> **Stored data**
========================================

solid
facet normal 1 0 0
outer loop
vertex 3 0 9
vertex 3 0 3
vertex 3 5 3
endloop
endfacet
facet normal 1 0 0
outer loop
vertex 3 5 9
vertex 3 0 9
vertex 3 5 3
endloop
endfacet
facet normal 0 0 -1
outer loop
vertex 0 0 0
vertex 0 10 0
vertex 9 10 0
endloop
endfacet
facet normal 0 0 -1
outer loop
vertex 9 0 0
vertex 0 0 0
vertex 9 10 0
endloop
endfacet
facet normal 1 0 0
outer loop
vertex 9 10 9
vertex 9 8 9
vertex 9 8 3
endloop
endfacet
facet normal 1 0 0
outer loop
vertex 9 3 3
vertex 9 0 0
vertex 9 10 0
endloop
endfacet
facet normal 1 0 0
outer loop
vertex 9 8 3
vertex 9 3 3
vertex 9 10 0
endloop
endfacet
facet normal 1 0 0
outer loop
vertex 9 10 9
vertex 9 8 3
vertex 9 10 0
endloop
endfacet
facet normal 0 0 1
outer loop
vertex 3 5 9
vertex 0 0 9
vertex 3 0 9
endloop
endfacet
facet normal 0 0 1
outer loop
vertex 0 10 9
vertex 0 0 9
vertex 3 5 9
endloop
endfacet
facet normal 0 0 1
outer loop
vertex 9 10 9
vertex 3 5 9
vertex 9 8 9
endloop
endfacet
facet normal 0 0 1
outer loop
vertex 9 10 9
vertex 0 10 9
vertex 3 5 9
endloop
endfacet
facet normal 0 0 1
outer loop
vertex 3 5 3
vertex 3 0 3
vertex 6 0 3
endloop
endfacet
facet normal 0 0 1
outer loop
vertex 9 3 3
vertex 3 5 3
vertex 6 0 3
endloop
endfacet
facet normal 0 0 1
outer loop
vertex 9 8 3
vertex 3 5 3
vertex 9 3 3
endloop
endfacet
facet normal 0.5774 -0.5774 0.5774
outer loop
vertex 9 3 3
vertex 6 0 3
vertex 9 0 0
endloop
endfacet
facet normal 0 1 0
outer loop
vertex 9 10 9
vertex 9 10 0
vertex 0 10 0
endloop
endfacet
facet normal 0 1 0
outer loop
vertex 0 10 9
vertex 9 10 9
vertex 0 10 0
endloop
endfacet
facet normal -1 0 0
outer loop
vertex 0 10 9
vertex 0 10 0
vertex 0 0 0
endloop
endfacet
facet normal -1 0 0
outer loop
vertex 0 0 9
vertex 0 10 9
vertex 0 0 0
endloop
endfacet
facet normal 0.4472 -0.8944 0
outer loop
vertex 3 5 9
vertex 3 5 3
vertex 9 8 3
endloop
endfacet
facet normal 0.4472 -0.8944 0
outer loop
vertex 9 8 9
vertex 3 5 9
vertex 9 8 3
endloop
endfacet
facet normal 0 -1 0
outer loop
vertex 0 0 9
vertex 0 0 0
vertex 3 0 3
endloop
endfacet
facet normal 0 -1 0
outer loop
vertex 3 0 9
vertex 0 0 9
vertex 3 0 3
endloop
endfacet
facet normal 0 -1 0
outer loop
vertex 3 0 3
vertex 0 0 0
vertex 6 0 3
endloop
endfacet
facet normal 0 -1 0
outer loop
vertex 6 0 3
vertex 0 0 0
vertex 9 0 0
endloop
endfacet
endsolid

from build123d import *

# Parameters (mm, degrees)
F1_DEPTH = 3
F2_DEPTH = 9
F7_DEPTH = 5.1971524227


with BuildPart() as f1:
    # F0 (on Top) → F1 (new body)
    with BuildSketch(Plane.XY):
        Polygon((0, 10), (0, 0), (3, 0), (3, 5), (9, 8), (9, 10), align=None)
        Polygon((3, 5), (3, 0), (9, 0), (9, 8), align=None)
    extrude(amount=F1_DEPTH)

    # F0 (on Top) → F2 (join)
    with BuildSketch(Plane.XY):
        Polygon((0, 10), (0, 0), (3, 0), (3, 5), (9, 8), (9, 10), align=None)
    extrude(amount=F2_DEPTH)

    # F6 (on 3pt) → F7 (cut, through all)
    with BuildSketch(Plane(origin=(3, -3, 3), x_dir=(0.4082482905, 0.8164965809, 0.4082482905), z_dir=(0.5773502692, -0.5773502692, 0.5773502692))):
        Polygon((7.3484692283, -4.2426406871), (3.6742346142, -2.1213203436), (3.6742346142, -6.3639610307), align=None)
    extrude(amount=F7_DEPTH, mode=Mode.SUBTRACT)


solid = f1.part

========================================

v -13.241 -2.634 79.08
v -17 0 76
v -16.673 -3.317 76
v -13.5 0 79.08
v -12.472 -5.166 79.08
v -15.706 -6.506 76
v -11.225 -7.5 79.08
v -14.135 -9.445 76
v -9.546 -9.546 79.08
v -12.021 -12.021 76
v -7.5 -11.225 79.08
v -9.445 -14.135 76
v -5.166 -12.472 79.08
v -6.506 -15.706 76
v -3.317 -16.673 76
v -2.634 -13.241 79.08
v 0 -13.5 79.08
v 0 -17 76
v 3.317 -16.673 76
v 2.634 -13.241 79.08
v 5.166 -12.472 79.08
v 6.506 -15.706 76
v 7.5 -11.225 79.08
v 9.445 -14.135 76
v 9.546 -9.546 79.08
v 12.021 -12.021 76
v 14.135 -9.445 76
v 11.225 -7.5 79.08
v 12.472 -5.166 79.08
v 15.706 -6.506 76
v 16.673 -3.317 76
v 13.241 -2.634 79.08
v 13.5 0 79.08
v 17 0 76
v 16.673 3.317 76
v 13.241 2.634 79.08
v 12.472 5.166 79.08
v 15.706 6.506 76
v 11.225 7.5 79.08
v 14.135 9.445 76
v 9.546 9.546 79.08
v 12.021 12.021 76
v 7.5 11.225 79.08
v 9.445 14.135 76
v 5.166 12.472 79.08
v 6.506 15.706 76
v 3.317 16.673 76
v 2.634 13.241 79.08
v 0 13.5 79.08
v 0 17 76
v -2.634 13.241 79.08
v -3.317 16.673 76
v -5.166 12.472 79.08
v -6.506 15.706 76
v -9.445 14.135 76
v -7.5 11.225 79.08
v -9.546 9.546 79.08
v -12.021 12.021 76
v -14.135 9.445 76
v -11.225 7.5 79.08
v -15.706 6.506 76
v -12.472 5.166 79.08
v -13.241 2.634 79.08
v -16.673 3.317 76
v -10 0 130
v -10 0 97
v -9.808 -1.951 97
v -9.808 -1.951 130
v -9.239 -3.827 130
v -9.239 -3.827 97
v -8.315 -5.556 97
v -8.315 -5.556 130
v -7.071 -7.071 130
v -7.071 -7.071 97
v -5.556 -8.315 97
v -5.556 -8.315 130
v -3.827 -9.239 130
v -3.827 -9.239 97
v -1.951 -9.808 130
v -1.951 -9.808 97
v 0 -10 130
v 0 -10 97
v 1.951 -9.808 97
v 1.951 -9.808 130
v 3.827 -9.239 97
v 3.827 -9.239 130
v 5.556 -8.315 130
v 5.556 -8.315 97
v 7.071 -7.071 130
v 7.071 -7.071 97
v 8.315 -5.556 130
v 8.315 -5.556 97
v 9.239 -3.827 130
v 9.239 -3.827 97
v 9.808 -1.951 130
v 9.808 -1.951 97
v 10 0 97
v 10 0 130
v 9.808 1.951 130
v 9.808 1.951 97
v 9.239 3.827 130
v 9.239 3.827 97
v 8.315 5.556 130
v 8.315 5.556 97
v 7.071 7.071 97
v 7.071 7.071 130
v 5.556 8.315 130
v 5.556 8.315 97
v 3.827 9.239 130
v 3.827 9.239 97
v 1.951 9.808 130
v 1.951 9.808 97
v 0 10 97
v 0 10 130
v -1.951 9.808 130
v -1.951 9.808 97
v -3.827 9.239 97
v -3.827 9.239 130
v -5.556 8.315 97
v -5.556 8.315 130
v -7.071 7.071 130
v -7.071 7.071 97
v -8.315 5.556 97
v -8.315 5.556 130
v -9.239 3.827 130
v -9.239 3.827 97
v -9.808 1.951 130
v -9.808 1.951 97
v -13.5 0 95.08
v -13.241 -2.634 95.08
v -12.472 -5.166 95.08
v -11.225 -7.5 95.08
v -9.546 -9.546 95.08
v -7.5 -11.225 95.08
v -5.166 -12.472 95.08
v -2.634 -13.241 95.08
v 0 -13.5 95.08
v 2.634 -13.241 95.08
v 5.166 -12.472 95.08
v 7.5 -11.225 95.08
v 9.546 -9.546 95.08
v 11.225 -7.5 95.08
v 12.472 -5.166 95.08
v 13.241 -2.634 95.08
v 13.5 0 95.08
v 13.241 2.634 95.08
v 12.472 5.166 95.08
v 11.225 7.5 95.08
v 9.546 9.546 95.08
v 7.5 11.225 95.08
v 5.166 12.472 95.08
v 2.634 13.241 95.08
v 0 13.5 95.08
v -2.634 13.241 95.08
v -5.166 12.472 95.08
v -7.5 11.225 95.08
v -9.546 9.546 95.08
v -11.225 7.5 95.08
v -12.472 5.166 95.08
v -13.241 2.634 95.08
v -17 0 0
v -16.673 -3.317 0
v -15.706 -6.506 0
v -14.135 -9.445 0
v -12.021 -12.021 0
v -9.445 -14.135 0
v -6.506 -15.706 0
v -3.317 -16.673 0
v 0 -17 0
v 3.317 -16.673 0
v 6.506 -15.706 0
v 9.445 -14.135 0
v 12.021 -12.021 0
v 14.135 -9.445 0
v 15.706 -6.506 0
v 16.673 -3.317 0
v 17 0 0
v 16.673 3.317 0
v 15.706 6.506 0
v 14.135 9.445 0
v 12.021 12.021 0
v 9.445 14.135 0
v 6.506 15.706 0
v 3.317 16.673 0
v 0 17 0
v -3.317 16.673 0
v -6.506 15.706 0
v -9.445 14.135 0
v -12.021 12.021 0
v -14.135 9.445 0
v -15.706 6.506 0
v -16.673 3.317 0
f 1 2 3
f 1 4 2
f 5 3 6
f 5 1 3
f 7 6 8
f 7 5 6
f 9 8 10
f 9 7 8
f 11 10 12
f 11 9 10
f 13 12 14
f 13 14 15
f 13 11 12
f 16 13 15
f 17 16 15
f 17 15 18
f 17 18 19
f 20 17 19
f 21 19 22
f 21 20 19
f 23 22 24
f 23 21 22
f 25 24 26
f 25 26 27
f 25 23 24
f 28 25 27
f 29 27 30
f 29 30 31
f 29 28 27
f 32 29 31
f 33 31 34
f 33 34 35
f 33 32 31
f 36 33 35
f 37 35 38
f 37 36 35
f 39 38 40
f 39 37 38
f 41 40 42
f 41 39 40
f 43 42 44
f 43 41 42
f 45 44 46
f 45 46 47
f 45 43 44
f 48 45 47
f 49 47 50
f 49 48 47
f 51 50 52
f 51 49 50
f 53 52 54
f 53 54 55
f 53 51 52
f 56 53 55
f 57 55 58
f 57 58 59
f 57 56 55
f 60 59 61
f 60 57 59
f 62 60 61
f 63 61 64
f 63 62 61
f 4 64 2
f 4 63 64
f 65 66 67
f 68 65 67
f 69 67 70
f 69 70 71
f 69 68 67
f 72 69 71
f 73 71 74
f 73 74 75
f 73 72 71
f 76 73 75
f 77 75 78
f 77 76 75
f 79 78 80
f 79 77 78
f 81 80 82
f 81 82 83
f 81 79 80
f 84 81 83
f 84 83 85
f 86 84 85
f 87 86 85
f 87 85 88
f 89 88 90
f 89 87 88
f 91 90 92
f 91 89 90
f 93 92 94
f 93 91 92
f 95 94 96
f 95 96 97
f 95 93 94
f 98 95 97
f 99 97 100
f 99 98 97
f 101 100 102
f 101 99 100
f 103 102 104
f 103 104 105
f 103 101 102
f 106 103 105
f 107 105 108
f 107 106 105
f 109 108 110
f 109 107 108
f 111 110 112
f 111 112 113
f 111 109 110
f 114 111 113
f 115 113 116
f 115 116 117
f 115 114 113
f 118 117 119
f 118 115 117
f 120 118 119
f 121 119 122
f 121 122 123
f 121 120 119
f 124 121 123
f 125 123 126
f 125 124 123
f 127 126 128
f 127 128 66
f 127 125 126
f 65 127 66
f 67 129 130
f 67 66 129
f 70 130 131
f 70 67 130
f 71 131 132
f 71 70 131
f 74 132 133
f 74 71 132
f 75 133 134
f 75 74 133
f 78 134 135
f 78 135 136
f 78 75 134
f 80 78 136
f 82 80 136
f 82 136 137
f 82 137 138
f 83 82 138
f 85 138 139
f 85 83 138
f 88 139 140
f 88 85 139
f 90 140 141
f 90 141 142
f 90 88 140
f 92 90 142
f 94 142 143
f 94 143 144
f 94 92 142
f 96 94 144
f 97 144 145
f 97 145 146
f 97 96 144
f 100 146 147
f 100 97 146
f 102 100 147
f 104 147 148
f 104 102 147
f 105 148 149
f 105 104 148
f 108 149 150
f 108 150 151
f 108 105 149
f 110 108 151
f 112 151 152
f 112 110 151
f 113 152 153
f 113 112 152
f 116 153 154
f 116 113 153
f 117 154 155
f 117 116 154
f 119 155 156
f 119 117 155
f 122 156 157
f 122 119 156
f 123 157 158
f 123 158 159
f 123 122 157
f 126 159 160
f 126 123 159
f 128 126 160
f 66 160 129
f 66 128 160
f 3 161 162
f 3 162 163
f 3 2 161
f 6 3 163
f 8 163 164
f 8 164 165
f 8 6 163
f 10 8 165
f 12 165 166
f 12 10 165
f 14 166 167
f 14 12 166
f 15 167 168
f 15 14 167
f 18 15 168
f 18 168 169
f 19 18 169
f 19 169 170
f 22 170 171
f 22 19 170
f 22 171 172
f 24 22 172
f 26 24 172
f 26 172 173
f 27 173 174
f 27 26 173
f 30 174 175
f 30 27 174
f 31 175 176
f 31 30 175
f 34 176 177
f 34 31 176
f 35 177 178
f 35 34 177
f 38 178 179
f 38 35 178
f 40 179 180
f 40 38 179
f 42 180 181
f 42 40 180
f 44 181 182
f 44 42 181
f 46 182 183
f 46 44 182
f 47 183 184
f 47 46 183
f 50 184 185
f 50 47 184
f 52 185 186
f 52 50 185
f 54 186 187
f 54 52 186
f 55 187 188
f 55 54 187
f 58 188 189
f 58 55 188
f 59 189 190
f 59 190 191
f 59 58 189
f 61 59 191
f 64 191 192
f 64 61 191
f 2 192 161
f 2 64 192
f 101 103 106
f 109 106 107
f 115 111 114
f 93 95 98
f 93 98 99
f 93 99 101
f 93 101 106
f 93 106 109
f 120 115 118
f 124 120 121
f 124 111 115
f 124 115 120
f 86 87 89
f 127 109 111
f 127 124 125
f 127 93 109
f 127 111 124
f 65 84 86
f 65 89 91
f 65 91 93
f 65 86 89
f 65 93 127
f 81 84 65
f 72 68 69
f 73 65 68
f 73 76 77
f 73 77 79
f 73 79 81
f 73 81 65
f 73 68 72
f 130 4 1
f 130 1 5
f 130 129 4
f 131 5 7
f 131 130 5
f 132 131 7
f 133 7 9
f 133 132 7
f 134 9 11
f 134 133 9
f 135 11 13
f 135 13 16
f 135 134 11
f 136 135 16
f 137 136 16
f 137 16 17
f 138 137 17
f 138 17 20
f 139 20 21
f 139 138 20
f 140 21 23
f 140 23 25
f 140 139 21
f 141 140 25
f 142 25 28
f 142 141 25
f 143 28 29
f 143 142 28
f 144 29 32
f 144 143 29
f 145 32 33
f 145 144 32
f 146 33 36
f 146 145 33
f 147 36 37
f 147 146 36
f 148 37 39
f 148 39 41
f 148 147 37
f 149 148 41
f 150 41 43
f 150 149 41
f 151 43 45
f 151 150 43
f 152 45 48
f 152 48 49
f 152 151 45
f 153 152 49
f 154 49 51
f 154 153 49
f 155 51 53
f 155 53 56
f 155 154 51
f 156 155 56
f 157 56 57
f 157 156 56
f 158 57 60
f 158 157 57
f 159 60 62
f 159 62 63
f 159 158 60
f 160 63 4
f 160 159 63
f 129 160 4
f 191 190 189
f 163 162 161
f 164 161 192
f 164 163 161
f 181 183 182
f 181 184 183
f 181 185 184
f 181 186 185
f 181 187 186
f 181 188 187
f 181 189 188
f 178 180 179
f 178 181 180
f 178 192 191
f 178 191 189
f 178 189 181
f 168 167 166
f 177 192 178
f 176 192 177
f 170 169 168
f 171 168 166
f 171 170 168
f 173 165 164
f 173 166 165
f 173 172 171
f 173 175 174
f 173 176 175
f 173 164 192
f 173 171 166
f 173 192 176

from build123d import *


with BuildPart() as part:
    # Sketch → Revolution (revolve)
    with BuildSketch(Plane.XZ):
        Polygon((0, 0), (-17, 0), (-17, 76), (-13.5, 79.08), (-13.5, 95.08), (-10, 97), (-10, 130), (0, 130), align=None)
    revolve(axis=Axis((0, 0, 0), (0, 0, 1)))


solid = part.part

========================================

> **Work to complete**
Output, from the data above, the lines from the line with "v 6.506 15.706 76" to the line with "v 13.5 0 95.08" exactly as they stand, both ends included and nothing else.

> **Answer for the task**
v 6.506 15.706 76
v 3.317 16.673 76
v 2.634 13.241 79.08
v 0 13.5 79.08
v 0 17 76
v -2.634 13.241 79.08
v -3.317 16.673 76
v -5.166 12.472 79.08
v -6.506 15.706 76
v -9.445 14.135 76
v -7.5 11.225 79.08
v -9.546 9.546 79.08
v -12.021 12.021 76
v -14.135 9.445 76
v -11.225 7.5 79.08
v -15.706 6.506 76
v -12.472 5.166 79.08
v -13.241 2.634 79.08
v -16.673 3.317 76
v -10 0 130
v -10 0 97
v -9.808 -1.951 97
v -9.808 -1.951 130
v -9.239 -3.827 130
v -9.239 -3.827 97
v -8.315 -5.556 97
v -8.315 -5.556 130
v -7.071 -7.071 130
v -7.071 -7.071 97
v -5.556 -8.315 97
v -5.556 -8.315 130
v -3.827 -9.239 130
v -3.827 -9.239 97
v -1.951 -9.808 130
v -1.951 -9.808 97
v 0 -10 130
v 0 -10 97
v 1.951 -9.808 97
v 1.951 -9.808 130
v 3.827 -9.239 97
v 3.827 -9.239 130
v 5.556 -8.315 130
v 5.556 -8.315 97
v 7.071 -7.071 130
v 7.071 -7.071 97
v 8.315 -5.556 130
v 8.315 -5.556 97
v 9.239 -3.827 130
v 9.239 -3.827 97
v 9.808 -1.951 130
v 9.808 -1.951 97
v 10 0 97
v 10 0 130
v 9.808 1.951 130
v 9.808 1.951 97
v 9.239 3.827 130
v 9.239 3.827 97
v 8.315 5.556 130
v 8.315 5.556 97
v 7.071 7.071 97
v 7.071 7.071 130
v 5.556 8.315 130
v 5.556 8.315 97
v 3.827 9.239 130
v 3.827 9.239 97
v 1.951 9.808 130
v 1.951 9.808 97
v 0 10 97
v 0 10 130
v -1.951 9.808 130
v -1.951 9.808 97
v -3.827 9.239 97
v -3.827 9.239 130
v -5.556 8.315 97
v -5.556 8.315 130
v -7.071 7.071 130
v -7.071 7.071 97
v -8.315 5.556 97
v -8.315 5.556 130
v -9.239 3.827 130
v -9.239 3.827 97
v -9.808 1.951 130
v -9.808 1.951 97
v -13.5 0 95.08
v -13.241 -2.634 95.08
v -12.472 -5.166 95.08
v -11.225 -7.5 95.08
v -9.546 -9.546 95.08
v -7.5 -11.225 95.08
v -5.166 -12.472 95.08
v -2.634 -13.241 95.08
v 0 -13.5 95.08
v 2.634 -13.241 95.08
v 5.166 -12.472 95.08
v 7.5 -11.225 95.08
v 9.546 -9.546 95.08
v 11.225 -7.5 95.08
v 12.472 -5.166 95.08
v 13.241 -2.634 95.08
v 13.5 0 95.08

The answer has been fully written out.